I think the casting time is fine, because it is a great get-away spell this way, and I do not think that games can be hurt by that. At least your evil spellcasters have a chance of escaping certain death if the PCs arrive and overpower their defenses. But the arrival might have some drawbacks (being 1d4+1 rounds later than the teleport start, the teleported people being disoriented for a short time). The destination might be limited to certain teleport markings (another use for Arcane Mark?).


----------



## Pyrex (Nov 6, 2007)

Mustrum_Ridcully said:
			
		

> A circle of mithral redirects any nearby teleportation effect to it (but also helps for targeting the circle itself)




That's a really interesting idea.  

*ponders*

Just how wide an area should a mithral circle protect, and just how "magnetic" should it be within that radius?

I'd expect that the radius would be a function of the amount of Mithral used and it's "magneticness" would be represented by a Spellcraft check against a DC set by the Craft check used to create the circle.

Anyone who _wanted_ to land in the circle would subtract, say, half the DC from their percentile "on-target" roll...


----------



## Henry (Nov 6, 2007)

Monte Cook in Arcana Unearthed incorporated the concept of "teleportation ley lines." There were certain paths criss-crossing the earth that teleports worked to.  If your destination was somewhere along that path, then you were good to go. If your destination were outside of that lattice, then you had to travel there with more conventional means. So, Major cities with guardposts, etc. might have been intentionally built across a "ley line" to facilitate travel, while an evil stronghold might be intentionally built in a location remote to those lines. For fun, you can say that magical fluctuations alter the lattice; in 400 years' time, what was a strong line might have faded, forcing longer travel times. An  evil stronghold might suddenly now be right on a strong ley line that just formed, causing interesting times. That's one thought.


----------



## Nifft (Nov 6, 2007)

An idea someone else came up with, but which I'll probably be stealing for my next setting, is the idea that teleportation magic only functions at certain times of day. So you can teleport "out" at any time, but you will always appear at your destination at dawn, noon or dusk (depending on the type of magic used).

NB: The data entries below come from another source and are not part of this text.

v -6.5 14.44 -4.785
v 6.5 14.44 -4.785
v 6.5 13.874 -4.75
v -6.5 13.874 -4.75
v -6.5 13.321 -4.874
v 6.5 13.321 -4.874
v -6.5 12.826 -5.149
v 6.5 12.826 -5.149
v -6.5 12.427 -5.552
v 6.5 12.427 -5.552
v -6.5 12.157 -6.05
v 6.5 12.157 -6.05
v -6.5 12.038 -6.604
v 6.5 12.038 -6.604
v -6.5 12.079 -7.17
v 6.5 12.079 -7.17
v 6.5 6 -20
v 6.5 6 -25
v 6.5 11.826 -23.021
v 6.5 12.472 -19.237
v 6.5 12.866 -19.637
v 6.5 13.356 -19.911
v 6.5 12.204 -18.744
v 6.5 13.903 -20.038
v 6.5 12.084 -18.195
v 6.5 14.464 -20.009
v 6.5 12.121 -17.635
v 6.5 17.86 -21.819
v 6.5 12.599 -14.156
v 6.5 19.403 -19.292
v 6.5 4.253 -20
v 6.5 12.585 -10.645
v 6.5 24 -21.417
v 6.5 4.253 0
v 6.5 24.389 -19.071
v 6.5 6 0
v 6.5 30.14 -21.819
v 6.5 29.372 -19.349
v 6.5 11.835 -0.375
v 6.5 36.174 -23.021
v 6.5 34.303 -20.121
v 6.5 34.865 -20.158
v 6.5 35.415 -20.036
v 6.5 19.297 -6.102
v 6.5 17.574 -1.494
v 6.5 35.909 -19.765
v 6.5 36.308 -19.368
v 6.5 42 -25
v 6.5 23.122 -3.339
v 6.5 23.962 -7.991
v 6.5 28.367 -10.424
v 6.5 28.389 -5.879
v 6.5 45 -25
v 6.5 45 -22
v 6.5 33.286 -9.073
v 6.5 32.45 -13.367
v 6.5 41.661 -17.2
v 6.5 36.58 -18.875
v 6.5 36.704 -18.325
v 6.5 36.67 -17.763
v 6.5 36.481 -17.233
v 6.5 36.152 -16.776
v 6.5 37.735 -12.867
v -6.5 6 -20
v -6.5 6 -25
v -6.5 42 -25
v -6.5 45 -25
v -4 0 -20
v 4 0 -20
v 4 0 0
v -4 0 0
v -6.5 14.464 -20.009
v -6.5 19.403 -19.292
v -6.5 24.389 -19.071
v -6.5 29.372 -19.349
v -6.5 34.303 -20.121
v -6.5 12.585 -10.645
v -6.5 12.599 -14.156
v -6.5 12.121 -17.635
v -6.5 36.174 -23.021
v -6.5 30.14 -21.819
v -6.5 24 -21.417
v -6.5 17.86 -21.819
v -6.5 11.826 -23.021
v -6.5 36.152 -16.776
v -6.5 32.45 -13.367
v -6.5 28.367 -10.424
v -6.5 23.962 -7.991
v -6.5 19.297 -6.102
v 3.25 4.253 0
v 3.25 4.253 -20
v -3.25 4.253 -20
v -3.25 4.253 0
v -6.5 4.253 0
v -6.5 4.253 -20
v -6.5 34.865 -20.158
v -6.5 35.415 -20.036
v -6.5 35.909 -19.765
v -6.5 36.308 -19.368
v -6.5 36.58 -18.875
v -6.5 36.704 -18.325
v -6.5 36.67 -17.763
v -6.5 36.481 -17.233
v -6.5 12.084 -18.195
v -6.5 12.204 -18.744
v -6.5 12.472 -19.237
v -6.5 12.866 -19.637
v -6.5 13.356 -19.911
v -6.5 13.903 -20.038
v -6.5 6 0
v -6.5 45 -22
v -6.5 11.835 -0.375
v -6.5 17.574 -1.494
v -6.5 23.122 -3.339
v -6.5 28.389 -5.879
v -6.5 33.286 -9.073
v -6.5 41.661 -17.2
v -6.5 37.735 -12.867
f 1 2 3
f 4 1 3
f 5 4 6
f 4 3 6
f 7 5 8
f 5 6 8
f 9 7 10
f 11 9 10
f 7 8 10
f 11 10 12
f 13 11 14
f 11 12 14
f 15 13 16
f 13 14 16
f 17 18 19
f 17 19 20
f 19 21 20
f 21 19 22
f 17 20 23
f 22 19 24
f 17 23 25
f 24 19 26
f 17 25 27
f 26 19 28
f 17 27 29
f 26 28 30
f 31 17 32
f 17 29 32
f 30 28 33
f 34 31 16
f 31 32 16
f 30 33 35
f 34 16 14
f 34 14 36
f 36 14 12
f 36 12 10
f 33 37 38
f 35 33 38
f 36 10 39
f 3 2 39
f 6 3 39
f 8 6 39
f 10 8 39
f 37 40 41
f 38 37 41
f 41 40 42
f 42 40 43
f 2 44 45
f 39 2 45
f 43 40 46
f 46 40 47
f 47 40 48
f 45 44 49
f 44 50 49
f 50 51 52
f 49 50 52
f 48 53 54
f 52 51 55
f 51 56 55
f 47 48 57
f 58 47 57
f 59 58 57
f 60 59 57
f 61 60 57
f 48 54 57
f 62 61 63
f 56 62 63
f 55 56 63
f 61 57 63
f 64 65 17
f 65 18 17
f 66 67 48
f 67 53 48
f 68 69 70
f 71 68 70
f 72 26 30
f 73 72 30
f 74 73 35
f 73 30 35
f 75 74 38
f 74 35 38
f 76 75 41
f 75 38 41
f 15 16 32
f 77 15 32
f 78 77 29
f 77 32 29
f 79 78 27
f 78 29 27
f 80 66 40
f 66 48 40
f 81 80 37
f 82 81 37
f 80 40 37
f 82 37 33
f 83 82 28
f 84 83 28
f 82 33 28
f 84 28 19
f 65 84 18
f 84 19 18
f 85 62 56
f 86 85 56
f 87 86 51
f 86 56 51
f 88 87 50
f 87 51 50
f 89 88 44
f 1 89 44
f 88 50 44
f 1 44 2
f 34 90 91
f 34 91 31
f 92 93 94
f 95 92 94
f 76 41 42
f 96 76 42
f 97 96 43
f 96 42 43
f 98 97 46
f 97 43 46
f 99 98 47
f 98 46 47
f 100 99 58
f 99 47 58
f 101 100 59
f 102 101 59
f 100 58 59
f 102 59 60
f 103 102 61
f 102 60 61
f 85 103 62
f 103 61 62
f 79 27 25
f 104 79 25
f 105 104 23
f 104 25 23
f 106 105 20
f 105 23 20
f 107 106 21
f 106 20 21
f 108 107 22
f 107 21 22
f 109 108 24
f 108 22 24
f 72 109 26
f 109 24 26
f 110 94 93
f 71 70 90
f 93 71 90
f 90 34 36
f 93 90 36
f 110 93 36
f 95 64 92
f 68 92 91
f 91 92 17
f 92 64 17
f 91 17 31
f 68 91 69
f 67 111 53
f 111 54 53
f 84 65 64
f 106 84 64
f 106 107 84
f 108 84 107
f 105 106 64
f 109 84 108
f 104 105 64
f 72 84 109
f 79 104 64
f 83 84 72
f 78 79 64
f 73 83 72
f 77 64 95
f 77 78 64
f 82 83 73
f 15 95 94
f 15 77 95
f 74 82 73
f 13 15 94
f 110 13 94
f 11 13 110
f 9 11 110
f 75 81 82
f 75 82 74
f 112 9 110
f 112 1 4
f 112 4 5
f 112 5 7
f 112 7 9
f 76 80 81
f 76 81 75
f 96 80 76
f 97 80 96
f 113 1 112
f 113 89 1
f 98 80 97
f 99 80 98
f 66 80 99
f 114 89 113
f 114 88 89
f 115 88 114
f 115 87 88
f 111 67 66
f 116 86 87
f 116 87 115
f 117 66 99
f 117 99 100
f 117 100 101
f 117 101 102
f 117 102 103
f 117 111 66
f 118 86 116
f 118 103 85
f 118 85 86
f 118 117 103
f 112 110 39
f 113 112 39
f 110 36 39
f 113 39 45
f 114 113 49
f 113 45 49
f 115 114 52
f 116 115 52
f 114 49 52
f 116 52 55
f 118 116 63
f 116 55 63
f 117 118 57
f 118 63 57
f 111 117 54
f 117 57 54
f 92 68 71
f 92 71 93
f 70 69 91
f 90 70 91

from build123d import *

# Parameters (mm, degrees)
EXTRUDE_1_DEPTH     = 6.5
CUT_EXTRUDE_2_REACH = 53.887
CUT_EXTRUDE_3_REACH = 55.094


with BuildPart() as part:
    # 草图1 → 凸台-拉伸1 (new, symmetric)
    with BuildSketch(Plane(origin=(0, 0, 0), x_dir=(0, 0, -1), z_dir=(1, 0, 0))):
        with BuildLine():
            Line((0, 0), (0, 6))
            ThreePointArc((0, 6), (5.87927664, 28.388613177), (22, 45))
            Line((22, 45), (25, 45))
            Line((25, 45), (25, 42))
            ThreePointArc((25, 42), (21.416586692, 24), (25, 6))
            Line((25, 6), (20, 6))
            Line((20, 6), (20, 0))
            Line((20, 0), (0, 0))
        make_face()
    extrude(amount=EXTRUDE_1_DEPTH, both=True)

    # 草图2 → 切除-拉伸2 (cut, up to next)
    with BuildSketch(Plane.XY, mode=Mode.PRIVATE) as cut_extrude_2_sk1:
        Polygon((-6.5, 0), (-4, 0), (-3.25, 4.253461365), (-6.5, 4.253461365), align=None)
    cut_extrude_2_tool1 = extrude(cut_extrude_2_sk1.sketch, amount=-CUT_EXTRUDE_2_REACH, mode=Mode.PRIVATE) & part.part
    # 草图2 → 切除-拉伸2 (cut, up to next)
    with BuildSketch(Plane.XY, mode=Mode.PRIVATE) as cut_extrude_2_sk2:
        Polygon((6.5, 0), (4, 0), (3.25, 4.253461365), (6.5, 4.253461365), align=None)
    cut_extrude_2_tool2 = extrude(cut_extrude_2_sk2.sketch, amount=-CUT_EXTRUDE_2_REACH, mode=Mode.PRIVATE) & part.part
    add(cut_extrude_2_tool1.solids().sort_by_distance((-5.054348, 2.219197, 0))[0], mode=Mode.SUBTRACT)
    add(cut_extrude_2_tool2.solids().sort_by_distance((5.054348, 2.219197, 0))[0], mode=Mode.SUBTRACT)

    # 草图3 → 切除-拉伸3 (cut, up to next)
    with BuildSketch(Plane(origin=(6.5, 0, 0), x_dir=(0, 0, -1), z_dir=(1, 0, 0)), mode=Mode.PRIVATE) as cut_extrude_3_sk1:
        with BuildLine():
            ThreePointArc((7.169736852, 12.07909507), (12.400276965, 12.65373917), (17.63523501, 12.120841452))
            ThreePointArc((17.63523501, 12.120841452), (19.45114939, 12.654920589), (20.008524733, 14.463820333))
            ThreePointArc((20.008524733, 14.463820333), (19.071107342, 24.389014044), (20.121422197, 34.302896243))
            ThreePointArc((20.121422197, 34.302896243), (19.130864623, 36.4613018), (16.77629627, 36.151581393))
            ThreePointArc((16.77629627, 36.151581393), (9.141463638, 26.201122888), (4.785137328, 14.439970103))
            ThreePointArc((4.785137328, 14.439970103), (5.336190032, 12.611841621), (7.169736852, 12.07909507))
        make_face()
    cut_extrude_3_tool1 = extrude(cut_extrude_3_sk1.sketch, amount=-CUT_EXTRUDE_3_REACH, mode=Mode.PRIVATE) & part.part
    add(cut_extrude_3_tool1.solids().sort_by_distance((6.5, 22.129704, -13.663141))[0], mode=Mode.SUBTRACT)


solid = part.part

Departures aren't a problem; it's arrivals which need regulation. 

Cheers, -- N


----------



## RangerWickett (Nov 6, 2007)

First of all, I again suggest the term 'scrysassinate.'

Second, in the War of the Burning Sky campaign saga, teleporting deals fire damage due to setting stuff. Basically the Astral Plane is temporarily suffused with fire energy. This keeps teleportation from really screwing up the more traditional style of epic medieval warfare we were going for.

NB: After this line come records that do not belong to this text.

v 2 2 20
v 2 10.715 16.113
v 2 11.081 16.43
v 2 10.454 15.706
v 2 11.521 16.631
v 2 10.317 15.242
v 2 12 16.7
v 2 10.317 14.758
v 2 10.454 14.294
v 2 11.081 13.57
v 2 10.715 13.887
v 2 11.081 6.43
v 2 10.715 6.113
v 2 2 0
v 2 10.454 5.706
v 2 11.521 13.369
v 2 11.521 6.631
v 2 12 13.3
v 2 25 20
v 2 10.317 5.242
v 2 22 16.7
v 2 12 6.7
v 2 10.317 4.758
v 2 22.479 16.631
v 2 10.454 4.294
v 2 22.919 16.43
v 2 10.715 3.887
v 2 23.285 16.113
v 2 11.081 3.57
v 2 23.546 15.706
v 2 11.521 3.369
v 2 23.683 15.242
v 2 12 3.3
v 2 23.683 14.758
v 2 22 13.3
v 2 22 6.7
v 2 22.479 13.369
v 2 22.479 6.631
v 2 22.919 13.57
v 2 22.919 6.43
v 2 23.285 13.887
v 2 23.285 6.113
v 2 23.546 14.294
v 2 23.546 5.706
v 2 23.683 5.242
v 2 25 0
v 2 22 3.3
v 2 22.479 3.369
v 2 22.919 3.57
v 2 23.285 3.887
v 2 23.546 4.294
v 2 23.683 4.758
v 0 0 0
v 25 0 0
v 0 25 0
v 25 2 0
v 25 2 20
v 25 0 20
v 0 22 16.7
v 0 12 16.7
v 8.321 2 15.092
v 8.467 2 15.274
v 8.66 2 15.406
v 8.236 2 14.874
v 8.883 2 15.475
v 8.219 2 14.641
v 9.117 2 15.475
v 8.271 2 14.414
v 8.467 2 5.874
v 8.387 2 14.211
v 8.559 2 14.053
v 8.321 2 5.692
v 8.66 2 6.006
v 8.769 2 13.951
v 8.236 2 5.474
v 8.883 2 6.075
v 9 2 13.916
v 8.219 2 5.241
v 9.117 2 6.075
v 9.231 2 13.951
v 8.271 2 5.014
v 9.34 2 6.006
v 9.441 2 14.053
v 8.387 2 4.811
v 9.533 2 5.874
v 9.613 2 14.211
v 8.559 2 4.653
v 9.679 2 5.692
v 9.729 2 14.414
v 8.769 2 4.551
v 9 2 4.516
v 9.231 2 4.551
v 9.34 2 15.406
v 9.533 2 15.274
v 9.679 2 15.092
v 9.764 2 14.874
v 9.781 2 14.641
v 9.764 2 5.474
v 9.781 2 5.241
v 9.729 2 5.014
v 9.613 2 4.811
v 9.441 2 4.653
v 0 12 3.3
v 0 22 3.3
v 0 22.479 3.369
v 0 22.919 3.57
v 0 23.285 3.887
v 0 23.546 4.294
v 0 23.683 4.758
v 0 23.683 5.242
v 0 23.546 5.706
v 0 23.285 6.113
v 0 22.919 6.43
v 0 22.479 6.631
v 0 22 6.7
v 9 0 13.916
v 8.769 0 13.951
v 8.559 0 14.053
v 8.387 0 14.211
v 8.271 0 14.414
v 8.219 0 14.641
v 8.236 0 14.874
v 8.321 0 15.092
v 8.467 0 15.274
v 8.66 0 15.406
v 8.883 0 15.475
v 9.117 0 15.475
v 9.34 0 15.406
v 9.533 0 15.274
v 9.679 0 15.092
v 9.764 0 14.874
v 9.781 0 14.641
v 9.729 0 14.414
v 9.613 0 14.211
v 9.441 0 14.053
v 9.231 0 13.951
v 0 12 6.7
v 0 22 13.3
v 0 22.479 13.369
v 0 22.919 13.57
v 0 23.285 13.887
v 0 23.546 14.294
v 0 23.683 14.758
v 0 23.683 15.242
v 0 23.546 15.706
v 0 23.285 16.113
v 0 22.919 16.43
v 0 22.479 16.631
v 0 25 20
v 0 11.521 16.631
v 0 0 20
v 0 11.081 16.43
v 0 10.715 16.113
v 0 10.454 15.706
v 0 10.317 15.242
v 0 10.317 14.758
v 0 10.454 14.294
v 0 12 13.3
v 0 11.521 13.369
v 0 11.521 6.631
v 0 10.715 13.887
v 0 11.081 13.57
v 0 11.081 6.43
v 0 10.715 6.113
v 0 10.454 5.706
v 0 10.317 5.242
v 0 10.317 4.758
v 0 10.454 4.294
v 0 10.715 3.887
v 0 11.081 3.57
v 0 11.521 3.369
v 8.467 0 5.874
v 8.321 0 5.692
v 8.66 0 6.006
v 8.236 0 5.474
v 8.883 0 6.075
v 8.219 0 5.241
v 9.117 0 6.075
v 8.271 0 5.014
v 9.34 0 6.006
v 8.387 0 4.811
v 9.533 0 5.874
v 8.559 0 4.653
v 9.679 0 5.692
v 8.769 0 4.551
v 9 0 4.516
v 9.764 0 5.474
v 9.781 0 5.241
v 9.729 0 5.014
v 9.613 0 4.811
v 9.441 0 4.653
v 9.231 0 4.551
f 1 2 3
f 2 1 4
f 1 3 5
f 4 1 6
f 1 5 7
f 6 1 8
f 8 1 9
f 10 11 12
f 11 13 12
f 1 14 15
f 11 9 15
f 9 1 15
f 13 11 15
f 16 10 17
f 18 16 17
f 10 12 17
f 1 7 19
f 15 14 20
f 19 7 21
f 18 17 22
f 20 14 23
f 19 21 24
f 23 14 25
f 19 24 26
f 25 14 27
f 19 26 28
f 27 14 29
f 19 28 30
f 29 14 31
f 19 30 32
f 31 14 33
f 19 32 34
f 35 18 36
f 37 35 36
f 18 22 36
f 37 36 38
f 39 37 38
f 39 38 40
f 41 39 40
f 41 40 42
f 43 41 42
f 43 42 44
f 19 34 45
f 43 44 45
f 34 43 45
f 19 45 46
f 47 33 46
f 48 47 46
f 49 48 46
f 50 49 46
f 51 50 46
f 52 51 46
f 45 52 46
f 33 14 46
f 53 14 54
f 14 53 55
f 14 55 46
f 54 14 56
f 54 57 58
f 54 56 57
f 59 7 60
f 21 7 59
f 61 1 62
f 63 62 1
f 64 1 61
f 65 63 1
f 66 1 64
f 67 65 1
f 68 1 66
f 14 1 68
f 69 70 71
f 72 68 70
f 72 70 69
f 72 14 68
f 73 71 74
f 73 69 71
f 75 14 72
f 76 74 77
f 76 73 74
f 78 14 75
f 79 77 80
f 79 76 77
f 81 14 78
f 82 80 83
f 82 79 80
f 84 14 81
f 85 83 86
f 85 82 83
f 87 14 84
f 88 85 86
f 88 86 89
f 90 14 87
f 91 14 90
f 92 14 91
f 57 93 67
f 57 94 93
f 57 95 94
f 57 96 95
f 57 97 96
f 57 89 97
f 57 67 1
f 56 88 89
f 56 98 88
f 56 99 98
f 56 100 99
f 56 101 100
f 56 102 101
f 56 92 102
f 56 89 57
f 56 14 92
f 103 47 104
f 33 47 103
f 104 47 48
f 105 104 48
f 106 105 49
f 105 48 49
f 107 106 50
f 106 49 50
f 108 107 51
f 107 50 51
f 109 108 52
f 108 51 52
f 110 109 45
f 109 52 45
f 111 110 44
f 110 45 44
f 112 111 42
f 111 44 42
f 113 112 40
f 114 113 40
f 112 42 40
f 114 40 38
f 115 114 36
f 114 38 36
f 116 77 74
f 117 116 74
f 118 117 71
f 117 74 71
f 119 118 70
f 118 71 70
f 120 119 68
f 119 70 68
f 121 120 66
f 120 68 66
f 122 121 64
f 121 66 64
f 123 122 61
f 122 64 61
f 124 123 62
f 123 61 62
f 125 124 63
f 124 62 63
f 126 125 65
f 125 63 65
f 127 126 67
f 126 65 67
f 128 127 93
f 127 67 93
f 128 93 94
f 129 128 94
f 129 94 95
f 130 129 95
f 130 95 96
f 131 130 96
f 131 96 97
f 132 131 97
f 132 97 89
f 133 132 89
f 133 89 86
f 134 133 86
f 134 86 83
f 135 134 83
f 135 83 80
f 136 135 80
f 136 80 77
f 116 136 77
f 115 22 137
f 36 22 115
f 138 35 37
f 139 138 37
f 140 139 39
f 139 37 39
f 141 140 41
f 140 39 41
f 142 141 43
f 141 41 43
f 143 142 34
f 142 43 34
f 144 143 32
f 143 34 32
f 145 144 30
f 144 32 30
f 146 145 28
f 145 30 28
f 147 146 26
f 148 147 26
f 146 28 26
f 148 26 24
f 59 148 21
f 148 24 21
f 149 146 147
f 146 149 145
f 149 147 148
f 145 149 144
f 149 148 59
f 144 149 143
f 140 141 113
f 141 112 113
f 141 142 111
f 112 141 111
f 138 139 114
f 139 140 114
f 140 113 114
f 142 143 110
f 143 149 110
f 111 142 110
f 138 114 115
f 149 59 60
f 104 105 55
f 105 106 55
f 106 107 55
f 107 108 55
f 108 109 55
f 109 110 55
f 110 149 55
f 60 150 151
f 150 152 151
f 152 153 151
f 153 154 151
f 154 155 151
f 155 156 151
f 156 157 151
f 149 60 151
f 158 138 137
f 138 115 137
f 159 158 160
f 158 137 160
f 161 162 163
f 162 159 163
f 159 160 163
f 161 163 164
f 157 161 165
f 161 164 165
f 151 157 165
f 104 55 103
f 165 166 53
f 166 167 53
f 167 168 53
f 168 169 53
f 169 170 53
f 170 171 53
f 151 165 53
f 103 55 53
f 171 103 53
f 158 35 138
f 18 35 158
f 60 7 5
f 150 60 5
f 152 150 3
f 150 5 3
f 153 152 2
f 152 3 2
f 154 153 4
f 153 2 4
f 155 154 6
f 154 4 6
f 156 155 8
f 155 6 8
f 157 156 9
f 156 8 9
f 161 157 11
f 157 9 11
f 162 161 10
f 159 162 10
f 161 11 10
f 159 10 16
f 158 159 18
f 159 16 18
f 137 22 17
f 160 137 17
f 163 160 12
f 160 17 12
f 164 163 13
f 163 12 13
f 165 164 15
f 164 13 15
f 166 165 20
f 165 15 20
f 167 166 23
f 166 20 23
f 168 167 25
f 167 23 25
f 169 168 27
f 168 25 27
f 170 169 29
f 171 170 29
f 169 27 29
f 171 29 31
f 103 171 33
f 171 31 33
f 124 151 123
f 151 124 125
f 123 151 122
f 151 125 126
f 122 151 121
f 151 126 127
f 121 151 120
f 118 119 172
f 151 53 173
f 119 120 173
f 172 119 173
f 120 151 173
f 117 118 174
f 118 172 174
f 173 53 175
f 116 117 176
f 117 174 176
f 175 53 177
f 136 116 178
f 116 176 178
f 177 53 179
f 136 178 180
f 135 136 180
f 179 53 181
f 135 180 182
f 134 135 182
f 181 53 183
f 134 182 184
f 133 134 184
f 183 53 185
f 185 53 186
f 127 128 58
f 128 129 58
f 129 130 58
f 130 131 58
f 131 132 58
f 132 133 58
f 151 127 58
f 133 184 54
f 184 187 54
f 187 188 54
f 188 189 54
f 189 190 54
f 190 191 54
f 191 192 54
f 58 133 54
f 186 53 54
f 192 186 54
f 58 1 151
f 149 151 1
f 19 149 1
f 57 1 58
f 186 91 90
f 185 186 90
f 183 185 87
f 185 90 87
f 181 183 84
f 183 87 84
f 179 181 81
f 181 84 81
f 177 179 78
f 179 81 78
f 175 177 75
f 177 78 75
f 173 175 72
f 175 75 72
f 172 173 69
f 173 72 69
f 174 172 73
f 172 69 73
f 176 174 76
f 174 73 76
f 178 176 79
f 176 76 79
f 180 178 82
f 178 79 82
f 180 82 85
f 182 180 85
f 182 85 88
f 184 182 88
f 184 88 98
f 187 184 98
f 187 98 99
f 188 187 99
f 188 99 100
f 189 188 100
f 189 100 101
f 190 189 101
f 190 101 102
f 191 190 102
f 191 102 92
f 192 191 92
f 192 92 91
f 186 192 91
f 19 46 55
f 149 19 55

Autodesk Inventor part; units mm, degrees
ref_plane "YZ Plane" through (0, 0, 0) normal (1, 0, 0) x (0, 1, 0)
ref_plane "XZ Plane" through (0, 0, 0) normal (0, 1, 0) x (-1, 0, 0)
ref_plane "XY Plane" through (0, 0, 0) normal (0, 0, 1) x (1, 0, 0)
sketch "Skizze1" plane through (0, 0, 0) normal (0, 0, 1) x (1, 0, 0)
  line L0 (0, 0) -> (25, 0)
  line L1 (2, 2) -> (2, 25)
  line L2 (2, 25) -> (0, 25)
  line L3 (0, 25) -> (0, 0)
  line L4 (2, 2) -> (25, 2)
  line L5 (25, 2) -> (25, 0)
  dimension "d0" = 2
  dimension "d1" = 25
  dimension "d2" = 25
extrude "Extrusion1" add sketch "Skizze1" along normal blind 20
sketch "Skizze2" plane through (0, 0, 0) normal (0, -1, 0) x (1, 0, 0)
  line L0 (25, 20) -> (0, 20) projected
  line L1 (0, 0) -> (0, 20) projected
  line L2 (0, 0) -> (25, 0) projected
  line L3 (25, 0) -> (25, 20) projected
  line L4 (9, 20) -> (9, 0)
  line L5 (0, 10) -> (25, 10)
  point P0 (9, 14.7)
  point P1 (9, 5.3)
  dimension "d5" = 9
  dimension "d6" = 9.4
hole "Bohrung1" at (9, 0, 14.7) at (9, 0, 5.3) direction (0, 1, 0) diameter 1.567 end through all thread size "M2x0.4" class "6H" standard "ISO Metric profile"
sketch "Skizze3" plane through (2, 2, 0) normal (1, 0, 0) x (0, 0, -1)
  line L0 (0, 0) -> (-20, 0) projected
  line L1 (0, 23) -> (-20, 23) projected
  line L2 (-13.3, 20) -> (-13.3, 10)
  line L3 (-16.7, 10) -> (-16.7, 20)
  line L4 (-3.3, 20) -> (-3.3, 10)
  line L5 (-6.7, 10) -> (-6.7, 20)
  line L6 (-10, 23) -> (-10, 0)
  line L7 (-15, 20) -> (-15, 10)
  line L8 (-5, 10) -> (-5, 20)
  arc A0 (-13.3, 20) -> (-16.7, 20) centre (-15, 20) ccw
  arc A1 (-3.3, 20) -> (-6.7, 20) centre (-5, 20) ccw
  arc A2 (-6.7, 10) -> (-3.3, 10) centre (-5, 10) ccw
  arc A3 (-16.7, 10) -> (-13.3, 10) centre (-15, 10) ccw
  point P0 (0, -2)
  dimension "d14" = 10
  dimension "d15" = 3.4
  dimension "d16" = 3
  dimension "d18" = 10
extrude "Extrusion2" cut sketch "Skizze3" against normal through all
properties part number "13_0204_070"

Teleportation is safer at night, particularly at midnight.


----------



## Stoat (Nov 6, 2007)

Teleportation Sickness:

Upon arrival at their destination, all subjects of a teleport effect are dazed, fatigued, nauseated, or stunned (pick one) for 2d4 rounds (or longer if you wish).  With this rule, teleport remains a viable method of long-term travel and permits for ready escapes, but popping into a guarded area is a dangerous gambit.


----------



## zoroaster100 (Nov 6, 2007)

I hope the get rid of or vastly push up in levels abilities that circumvent traditional fantasy adventure.  Sure, the archmage might zip around the world (by himself) at very high level, but I want the base line rules of the game to require parties at least through 15th level to use mundane means of transportation like walking, with the possibility of flight only for characters that specialize and focus their resources to get that ability.  Teleport should only factor in for epic levels.


----------



## Gundark (Nov 6, 2007)

I have read lots of people that have stated something along the lines of "prevent spell/buff x by have the NPC do y". The problem wiith this line of thinking is: Why have the spell to begin with if you're just going to block it anyways?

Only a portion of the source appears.